• Available records:

--------------------------------------------------

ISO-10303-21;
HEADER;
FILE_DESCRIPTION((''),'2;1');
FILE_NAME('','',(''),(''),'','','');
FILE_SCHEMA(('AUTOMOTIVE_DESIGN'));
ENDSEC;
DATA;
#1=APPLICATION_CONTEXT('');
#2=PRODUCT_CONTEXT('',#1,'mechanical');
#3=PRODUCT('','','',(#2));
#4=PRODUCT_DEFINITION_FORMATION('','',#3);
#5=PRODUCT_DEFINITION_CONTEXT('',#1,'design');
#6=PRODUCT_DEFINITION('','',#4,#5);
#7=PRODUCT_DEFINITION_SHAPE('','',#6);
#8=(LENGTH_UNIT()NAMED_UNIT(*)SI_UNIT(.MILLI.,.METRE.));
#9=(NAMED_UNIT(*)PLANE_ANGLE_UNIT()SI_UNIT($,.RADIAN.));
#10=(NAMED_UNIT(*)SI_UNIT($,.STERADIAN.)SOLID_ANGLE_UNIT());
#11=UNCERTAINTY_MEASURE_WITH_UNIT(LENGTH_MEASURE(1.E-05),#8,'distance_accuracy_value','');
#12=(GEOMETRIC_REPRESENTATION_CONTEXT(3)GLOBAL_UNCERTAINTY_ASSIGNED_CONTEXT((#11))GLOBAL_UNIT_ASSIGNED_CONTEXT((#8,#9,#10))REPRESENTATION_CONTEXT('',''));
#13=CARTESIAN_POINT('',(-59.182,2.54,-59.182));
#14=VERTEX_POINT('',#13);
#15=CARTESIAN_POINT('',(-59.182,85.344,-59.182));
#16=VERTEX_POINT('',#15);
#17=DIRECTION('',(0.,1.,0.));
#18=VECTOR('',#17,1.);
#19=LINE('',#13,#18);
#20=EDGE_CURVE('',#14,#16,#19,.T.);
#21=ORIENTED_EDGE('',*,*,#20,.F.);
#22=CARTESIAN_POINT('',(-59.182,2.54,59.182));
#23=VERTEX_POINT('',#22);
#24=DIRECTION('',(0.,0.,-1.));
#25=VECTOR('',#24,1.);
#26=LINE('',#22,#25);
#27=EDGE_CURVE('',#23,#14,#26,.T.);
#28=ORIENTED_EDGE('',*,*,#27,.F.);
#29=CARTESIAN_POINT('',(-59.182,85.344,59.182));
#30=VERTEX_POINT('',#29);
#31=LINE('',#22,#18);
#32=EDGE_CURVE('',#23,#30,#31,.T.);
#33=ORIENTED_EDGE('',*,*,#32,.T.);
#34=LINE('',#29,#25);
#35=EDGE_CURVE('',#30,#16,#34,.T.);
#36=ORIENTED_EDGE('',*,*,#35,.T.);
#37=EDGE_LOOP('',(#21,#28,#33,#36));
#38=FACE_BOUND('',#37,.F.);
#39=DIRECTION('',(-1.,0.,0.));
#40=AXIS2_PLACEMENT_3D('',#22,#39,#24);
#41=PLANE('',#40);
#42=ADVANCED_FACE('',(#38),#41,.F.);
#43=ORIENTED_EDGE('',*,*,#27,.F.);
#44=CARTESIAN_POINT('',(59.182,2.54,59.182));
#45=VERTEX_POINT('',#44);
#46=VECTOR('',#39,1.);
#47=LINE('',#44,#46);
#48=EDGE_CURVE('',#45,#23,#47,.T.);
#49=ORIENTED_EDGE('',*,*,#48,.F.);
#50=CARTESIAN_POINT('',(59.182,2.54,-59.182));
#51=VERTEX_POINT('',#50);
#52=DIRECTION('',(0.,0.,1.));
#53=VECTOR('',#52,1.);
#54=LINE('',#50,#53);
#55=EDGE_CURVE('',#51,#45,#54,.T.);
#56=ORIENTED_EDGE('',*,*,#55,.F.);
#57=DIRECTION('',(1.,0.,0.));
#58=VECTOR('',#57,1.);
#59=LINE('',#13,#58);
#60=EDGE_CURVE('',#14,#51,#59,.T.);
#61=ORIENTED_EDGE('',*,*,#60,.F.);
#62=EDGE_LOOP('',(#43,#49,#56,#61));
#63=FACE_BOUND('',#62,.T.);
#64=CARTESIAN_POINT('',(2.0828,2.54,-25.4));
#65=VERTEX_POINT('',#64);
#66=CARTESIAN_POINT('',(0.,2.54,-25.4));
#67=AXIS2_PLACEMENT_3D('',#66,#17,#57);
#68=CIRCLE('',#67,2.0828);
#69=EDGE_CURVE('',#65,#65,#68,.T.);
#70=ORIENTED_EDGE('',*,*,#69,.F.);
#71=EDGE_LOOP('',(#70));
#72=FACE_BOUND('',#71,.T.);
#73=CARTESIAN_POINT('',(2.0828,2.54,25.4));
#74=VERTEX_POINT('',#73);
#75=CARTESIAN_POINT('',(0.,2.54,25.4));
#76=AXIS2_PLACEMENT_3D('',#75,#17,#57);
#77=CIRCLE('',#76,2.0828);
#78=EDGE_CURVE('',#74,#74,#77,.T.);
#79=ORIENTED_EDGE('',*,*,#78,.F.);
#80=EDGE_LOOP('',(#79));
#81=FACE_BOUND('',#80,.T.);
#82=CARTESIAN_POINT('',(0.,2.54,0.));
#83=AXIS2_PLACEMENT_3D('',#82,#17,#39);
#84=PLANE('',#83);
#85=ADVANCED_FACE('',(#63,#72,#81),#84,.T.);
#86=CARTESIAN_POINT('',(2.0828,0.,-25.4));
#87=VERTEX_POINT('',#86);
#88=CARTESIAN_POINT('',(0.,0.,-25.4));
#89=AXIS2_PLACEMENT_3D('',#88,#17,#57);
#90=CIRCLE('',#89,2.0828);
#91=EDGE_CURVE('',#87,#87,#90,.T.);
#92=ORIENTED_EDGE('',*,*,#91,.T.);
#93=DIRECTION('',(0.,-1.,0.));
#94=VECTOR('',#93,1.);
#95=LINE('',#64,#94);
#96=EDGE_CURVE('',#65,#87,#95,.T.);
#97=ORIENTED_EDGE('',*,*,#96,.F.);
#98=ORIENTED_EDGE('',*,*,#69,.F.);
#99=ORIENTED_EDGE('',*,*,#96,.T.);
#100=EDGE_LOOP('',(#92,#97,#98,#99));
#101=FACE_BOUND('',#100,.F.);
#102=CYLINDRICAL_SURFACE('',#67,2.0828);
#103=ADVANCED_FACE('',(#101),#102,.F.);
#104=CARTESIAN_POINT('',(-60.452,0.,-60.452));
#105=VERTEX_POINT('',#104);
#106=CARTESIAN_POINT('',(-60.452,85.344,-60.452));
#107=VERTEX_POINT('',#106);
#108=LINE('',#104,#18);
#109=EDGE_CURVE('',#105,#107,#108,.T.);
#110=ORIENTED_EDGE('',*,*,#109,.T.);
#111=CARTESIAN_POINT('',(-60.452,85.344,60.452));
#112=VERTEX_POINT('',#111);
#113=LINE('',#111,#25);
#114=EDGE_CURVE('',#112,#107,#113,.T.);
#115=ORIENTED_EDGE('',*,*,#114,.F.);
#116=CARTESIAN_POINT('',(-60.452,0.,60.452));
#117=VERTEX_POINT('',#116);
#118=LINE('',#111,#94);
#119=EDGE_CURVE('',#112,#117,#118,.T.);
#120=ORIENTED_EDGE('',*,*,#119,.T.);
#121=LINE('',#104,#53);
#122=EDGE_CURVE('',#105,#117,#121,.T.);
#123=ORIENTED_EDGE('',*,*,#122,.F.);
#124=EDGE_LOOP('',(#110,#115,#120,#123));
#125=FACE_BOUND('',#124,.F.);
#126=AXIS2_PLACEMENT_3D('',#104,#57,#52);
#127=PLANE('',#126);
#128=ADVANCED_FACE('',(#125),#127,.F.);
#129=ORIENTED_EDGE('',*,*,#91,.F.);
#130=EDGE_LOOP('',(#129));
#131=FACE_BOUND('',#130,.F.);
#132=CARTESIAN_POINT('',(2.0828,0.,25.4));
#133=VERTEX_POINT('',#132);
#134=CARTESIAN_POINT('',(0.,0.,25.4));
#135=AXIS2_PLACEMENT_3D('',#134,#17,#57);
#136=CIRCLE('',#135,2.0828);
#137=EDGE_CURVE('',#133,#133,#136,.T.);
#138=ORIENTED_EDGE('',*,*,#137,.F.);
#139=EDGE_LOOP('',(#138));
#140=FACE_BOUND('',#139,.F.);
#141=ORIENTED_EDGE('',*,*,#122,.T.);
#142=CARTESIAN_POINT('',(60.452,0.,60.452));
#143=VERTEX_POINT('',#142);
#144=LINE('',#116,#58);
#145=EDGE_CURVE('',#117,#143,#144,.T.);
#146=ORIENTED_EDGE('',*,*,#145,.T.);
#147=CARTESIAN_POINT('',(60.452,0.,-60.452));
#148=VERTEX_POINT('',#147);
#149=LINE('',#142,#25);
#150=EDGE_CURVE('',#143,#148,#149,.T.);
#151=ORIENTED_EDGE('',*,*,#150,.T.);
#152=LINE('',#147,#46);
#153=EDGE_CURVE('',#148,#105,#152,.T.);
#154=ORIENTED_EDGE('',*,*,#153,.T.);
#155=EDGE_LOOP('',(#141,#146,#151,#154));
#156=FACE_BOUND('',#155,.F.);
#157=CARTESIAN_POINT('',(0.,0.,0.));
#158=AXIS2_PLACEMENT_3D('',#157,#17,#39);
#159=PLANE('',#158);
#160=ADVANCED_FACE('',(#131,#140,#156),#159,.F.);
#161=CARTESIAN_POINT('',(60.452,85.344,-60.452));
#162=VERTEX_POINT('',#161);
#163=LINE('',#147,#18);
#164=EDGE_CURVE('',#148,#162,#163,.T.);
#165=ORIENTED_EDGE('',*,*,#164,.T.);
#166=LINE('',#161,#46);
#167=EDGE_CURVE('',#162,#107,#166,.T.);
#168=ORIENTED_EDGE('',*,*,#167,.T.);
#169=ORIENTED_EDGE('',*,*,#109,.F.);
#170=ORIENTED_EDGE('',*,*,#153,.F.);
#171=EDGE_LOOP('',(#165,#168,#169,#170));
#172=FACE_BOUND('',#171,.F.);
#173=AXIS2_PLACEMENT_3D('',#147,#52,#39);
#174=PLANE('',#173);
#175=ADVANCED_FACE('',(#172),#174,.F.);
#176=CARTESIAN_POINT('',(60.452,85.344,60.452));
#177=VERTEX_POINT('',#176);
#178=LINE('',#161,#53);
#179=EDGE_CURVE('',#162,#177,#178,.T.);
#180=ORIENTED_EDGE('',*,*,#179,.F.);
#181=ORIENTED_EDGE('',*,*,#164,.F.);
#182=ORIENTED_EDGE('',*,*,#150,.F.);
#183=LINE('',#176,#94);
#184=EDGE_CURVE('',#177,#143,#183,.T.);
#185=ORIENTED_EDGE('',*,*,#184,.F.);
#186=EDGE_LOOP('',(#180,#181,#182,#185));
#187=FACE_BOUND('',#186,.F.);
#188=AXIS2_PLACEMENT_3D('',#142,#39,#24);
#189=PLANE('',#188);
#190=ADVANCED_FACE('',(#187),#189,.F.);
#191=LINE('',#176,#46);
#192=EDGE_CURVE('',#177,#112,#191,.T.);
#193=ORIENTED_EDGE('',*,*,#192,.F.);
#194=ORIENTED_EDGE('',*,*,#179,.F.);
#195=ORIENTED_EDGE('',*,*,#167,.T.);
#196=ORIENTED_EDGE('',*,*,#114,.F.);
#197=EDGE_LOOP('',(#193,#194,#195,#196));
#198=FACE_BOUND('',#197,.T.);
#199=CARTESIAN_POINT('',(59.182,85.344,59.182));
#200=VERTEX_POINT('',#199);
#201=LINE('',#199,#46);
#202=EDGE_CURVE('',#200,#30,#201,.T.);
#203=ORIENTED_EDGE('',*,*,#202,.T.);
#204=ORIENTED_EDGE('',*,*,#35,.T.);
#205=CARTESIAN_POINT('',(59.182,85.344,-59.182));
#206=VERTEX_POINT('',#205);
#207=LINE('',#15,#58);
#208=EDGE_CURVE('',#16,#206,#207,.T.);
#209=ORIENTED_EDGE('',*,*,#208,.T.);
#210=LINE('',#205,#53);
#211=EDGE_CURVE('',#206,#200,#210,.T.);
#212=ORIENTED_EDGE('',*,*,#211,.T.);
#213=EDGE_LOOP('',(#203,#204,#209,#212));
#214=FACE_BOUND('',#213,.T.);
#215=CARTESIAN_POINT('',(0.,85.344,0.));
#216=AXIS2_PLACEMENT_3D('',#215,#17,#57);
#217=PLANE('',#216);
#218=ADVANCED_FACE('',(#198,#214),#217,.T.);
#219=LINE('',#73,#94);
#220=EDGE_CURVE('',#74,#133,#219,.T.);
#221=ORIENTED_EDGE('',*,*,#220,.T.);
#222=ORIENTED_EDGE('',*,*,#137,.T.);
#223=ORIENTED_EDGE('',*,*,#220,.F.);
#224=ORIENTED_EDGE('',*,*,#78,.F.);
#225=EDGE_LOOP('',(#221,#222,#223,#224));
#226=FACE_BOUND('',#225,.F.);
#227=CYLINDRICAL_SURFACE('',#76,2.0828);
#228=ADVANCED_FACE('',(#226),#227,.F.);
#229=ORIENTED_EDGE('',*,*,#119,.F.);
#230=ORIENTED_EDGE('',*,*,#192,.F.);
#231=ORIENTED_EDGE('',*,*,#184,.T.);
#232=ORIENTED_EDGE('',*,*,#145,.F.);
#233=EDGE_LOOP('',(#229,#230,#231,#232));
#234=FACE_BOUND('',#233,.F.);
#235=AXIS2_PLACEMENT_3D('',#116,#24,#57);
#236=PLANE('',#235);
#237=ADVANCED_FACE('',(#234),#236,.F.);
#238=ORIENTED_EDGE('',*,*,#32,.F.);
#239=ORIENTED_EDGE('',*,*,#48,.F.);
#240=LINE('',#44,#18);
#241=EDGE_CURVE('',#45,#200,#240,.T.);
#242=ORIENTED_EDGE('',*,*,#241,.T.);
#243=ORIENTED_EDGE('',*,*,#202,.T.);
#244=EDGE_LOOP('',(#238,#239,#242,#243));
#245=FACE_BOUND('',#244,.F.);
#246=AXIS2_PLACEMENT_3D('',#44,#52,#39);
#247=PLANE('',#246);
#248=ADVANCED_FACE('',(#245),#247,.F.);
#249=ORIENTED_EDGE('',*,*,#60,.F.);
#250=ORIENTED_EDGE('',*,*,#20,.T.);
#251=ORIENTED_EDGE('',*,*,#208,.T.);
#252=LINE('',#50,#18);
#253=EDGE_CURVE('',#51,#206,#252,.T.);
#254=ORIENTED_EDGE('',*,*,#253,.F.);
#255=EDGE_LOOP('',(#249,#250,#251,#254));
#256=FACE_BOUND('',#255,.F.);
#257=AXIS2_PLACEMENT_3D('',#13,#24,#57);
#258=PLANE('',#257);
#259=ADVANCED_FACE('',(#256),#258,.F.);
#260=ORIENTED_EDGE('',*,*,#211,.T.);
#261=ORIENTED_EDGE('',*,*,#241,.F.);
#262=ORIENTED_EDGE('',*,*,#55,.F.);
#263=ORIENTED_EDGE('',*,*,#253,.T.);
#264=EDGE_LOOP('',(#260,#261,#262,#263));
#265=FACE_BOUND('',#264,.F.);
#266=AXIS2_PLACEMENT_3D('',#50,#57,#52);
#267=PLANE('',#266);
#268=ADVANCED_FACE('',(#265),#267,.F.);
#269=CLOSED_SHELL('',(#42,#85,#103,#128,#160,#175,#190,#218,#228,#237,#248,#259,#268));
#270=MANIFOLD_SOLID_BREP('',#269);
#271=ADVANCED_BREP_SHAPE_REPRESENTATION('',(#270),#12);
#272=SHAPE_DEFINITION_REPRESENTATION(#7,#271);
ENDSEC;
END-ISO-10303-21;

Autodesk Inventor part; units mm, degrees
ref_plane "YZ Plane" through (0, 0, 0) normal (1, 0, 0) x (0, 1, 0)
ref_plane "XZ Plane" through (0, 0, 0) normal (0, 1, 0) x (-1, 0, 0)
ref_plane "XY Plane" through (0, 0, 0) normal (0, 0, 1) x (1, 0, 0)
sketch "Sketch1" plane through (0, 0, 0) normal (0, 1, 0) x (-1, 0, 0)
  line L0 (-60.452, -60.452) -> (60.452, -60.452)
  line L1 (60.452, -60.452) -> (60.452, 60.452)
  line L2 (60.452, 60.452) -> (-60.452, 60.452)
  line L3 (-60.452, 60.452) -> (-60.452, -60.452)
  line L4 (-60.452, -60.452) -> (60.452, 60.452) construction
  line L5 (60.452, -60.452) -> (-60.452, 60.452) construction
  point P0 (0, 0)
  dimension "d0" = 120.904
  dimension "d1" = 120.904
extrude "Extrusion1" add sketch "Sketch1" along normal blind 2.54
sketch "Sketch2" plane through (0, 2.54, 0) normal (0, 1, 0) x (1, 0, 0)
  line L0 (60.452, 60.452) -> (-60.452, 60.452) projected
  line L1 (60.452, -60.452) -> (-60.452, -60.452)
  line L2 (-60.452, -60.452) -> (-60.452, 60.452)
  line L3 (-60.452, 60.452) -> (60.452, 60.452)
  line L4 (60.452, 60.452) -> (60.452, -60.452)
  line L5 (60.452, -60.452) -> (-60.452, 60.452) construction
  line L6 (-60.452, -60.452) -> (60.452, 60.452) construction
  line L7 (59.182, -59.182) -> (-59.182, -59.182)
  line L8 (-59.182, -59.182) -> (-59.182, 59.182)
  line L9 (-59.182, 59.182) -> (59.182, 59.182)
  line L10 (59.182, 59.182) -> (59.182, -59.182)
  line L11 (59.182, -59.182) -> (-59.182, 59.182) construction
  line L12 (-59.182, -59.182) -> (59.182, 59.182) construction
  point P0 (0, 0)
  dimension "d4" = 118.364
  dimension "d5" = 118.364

--------------------------------------------------

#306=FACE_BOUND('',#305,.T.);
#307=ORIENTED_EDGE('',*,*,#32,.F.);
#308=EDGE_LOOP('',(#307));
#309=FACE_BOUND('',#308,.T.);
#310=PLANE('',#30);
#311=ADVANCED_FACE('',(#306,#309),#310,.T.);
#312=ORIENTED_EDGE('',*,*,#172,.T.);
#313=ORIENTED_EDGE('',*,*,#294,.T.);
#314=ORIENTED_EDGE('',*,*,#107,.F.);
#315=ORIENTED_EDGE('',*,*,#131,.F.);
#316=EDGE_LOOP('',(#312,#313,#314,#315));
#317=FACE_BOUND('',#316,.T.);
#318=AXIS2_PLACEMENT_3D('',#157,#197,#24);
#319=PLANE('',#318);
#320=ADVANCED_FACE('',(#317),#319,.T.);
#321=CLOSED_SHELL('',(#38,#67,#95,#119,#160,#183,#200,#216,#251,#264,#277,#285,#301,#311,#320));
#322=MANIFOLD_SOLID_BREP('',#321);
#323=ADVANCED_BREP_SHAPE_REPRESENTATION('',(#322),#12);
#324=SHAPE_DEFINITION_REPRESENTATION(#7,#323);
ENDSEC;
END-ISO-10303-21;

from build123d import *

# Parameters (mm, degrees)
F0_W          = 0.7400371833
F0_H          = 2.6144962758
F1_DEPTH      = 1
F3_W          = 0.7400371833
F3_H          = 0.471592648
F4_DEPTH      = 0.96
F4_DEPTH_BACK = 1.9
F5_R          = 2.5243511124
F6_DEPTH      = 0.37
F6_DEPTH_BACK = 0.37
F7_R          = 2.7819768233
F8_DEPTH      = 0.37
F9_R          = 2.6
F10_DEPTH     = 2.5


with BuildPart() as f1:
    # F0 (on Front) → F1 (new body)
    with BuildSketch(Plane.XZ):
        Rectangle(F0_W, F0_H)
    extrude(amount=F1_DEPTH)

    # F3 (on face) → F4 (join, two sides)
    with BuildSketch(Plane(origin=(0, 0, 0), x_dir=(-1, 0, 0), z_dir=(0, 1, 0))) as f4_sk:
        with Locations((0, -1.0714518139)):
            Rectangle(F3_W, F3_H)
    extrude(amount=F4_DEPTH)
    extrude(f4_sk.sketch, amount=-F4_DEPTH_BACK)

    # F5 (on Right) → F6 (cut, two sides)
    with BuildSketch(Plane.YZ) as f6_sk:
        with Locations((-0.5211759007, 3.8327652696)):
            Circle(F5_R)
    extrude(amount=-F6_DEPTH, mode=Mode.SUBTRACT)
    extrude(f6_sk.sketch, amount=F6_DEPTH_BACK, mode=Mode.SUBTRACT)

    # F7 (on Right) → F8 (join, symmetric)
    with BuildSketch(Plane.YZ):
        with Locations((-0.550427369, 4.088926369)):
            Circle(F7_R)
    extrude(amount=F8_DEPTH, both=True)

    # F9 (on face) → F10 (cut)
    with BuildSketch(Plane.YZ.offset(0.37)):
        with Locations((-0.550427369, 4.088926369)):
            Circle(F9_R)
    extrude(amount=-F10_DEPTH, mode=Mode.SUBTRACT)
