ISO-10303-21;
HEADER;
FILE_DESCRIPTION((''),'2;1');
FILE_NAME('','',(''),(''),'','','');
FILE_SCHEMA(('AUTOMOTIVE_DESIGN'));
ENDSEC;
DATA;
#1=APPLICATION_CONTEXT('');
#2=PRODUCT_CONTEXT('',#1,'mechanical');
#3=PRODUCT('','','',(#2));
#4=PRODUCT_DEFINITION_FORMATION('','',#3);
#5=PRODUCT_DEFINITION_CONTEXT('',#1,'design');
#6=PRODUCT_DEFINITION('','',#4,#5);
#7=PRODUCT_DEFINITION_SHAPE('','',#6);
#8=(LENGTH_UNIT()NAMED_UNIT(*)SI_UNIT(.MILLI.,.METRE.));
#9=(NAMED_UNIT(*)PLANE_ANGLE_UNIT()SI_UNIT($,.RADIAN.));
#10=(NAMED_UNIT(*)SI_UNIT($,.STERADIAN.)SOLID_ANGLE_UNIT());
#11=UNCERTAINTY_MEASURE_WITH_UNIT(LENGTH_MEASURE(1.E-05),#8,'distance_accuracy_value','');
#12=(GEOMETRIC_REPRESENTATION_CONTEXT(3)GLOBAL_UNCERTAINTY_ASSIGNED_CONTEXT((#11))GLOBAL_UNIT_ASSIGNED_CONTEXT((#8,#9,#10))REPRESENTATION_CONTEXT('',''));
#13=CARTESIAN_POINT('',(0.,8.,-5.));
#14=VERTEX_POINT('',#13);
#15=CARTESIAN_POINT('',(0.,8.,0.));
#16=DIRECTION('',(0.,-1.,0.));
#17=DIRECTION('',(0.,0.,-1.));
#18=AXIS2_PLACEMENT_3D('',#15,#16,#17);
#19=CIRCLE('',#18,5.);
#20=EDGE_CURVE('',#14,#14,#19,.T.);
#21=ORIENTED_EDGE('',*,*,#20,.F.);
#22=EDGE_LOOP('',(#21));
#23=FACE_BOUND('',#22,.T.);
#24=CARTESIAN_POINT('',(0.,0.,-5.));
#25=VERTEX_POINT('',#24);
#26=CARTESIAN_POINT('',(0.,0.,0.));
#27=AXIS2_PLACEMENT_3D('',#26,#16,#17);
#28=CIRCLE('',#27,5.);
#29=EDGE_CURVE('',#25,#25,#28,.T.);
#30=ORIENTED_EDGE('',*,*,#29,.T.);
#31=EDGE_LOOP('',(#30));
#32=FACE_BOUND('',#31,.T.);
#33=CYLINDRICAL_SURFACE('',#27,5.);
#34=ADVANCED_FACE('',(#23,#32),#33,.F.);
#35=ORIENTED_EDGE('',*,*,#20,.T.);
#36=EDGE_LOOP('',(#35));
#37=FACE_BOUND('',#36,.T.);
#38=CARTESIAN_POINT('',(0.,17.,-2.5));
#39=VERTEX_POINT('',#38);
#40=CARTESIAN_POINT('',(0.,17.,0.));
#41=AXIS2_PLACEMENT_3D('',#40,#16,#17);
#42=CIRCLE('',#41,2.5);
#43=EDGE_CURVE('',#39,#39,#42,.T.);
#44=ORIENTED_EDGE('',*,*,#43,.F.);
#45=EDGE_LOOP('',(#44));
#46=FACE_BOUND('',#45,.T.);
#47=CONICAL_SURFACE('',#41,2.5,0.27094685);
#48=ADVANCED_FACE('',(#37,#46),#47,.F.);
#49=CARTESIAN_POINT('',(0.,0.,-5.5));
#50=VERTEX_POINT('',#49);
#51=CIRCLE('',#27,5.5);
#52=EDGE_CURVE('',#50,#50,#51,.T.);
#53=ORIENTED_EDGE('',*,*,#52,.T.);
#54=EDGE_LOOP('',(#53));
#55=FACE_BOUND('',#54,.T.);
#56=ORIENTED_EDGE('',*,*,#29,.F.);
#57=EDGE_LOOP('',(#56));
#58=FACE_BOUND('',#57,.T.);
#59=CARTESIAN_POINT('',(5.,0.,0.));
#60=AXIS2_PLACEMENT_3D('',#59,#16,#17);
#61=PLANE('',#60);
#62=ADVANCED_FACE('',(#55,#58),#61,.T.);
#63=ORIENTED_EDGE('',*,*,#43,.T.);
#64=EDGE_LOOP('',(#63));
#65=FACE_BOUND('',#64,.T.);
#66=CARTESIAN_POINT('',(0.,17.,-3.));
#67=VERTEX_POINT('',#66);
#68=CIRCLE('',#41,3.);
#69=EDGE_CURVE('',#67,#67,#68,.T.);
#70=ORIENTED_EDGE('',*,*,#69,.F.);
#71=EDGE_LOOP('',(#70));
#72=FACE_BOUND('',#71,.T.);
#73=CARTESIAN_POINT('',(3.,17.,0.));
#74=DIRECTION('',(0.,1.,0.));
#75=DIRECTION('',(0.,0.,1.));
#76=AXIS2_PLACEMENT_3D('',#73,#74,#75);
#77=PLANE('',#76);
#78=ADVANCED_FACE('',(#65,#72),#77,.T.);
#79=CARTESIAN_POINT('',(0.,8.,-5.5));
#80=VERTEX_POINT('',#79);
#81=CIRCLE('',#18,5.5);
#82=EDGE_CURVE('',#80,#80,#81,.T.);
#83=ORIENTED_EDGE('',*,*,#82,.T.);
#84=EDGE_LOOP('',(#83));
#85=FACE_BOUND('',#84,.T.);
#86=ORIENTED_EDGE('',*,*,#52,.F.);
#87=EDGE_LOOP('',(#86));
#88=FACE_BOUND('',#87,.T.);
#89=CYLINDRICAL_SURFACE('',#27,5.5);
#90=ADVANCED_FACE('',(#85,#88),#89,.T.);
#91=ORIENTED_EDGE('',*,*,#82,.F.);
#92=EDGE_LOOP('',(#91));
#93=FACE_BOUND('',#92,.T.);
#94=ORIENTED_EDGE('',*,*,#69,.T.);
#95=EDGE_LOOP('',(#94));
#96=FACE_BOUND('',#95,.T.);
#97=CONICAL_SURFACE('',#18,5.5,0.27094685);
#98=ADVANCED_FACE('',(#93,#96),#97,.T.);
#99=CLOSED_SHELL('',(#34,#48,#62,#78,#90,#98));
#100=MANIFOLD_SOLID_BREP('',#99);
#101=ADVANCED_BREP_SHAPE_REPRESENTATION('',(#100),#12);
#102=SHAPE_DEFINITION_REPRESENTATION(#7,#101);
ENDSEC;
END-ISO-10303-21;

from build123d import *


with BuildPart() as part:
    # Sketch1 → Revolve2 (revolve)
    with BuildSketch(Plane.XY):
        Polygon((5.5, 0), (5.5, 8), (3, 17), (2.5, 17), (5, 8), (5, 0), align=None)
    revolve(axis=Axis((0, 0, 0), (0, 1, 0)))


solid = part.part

--------------------------------------------------

• Task statement:
Where the listing above has a line with "#139=EDGE_LOOP('',(#138));", start there, and output every line exactly through the line with "#154=ORIENTED_EDGE('',*,*,#153,.T.);", which is also included.

• Exercise answer:
#139=EDGE_LOOP('',(#138));
#140=FACE_BOUND('',#139,.F.);
#141=ORIENTED_EDGE('',*,*,#122,.T.);
#142=CARTESIAN_POINT('',(60.452,0.,60.452));
#143=VERTEX_POINT('',#142);
#144=LINE('',#116,#58);
#145=EDGE_CURVE('',#117,#143,#144,.T.);
#146=ORIENTED_EDGE('',*,*,#145,.T.);
#147=CARTESIAN_POINT('',(60.452,0.,-60.452));
#148=VERTEX_POINT('',#147);
#149=LINE('',#142,#25);
#150=EDGE_CURVE('',#143,#148,#149,.T.);
#151=ORIENTED_EDGE('',*,*,#150,.T.);
#152=LINE('',#147,#46);
#153=EDGE_CURVE('',#148,#105,#152,.T.);
#154=ORIENTED_EDGE('',*,*,#153,.T.);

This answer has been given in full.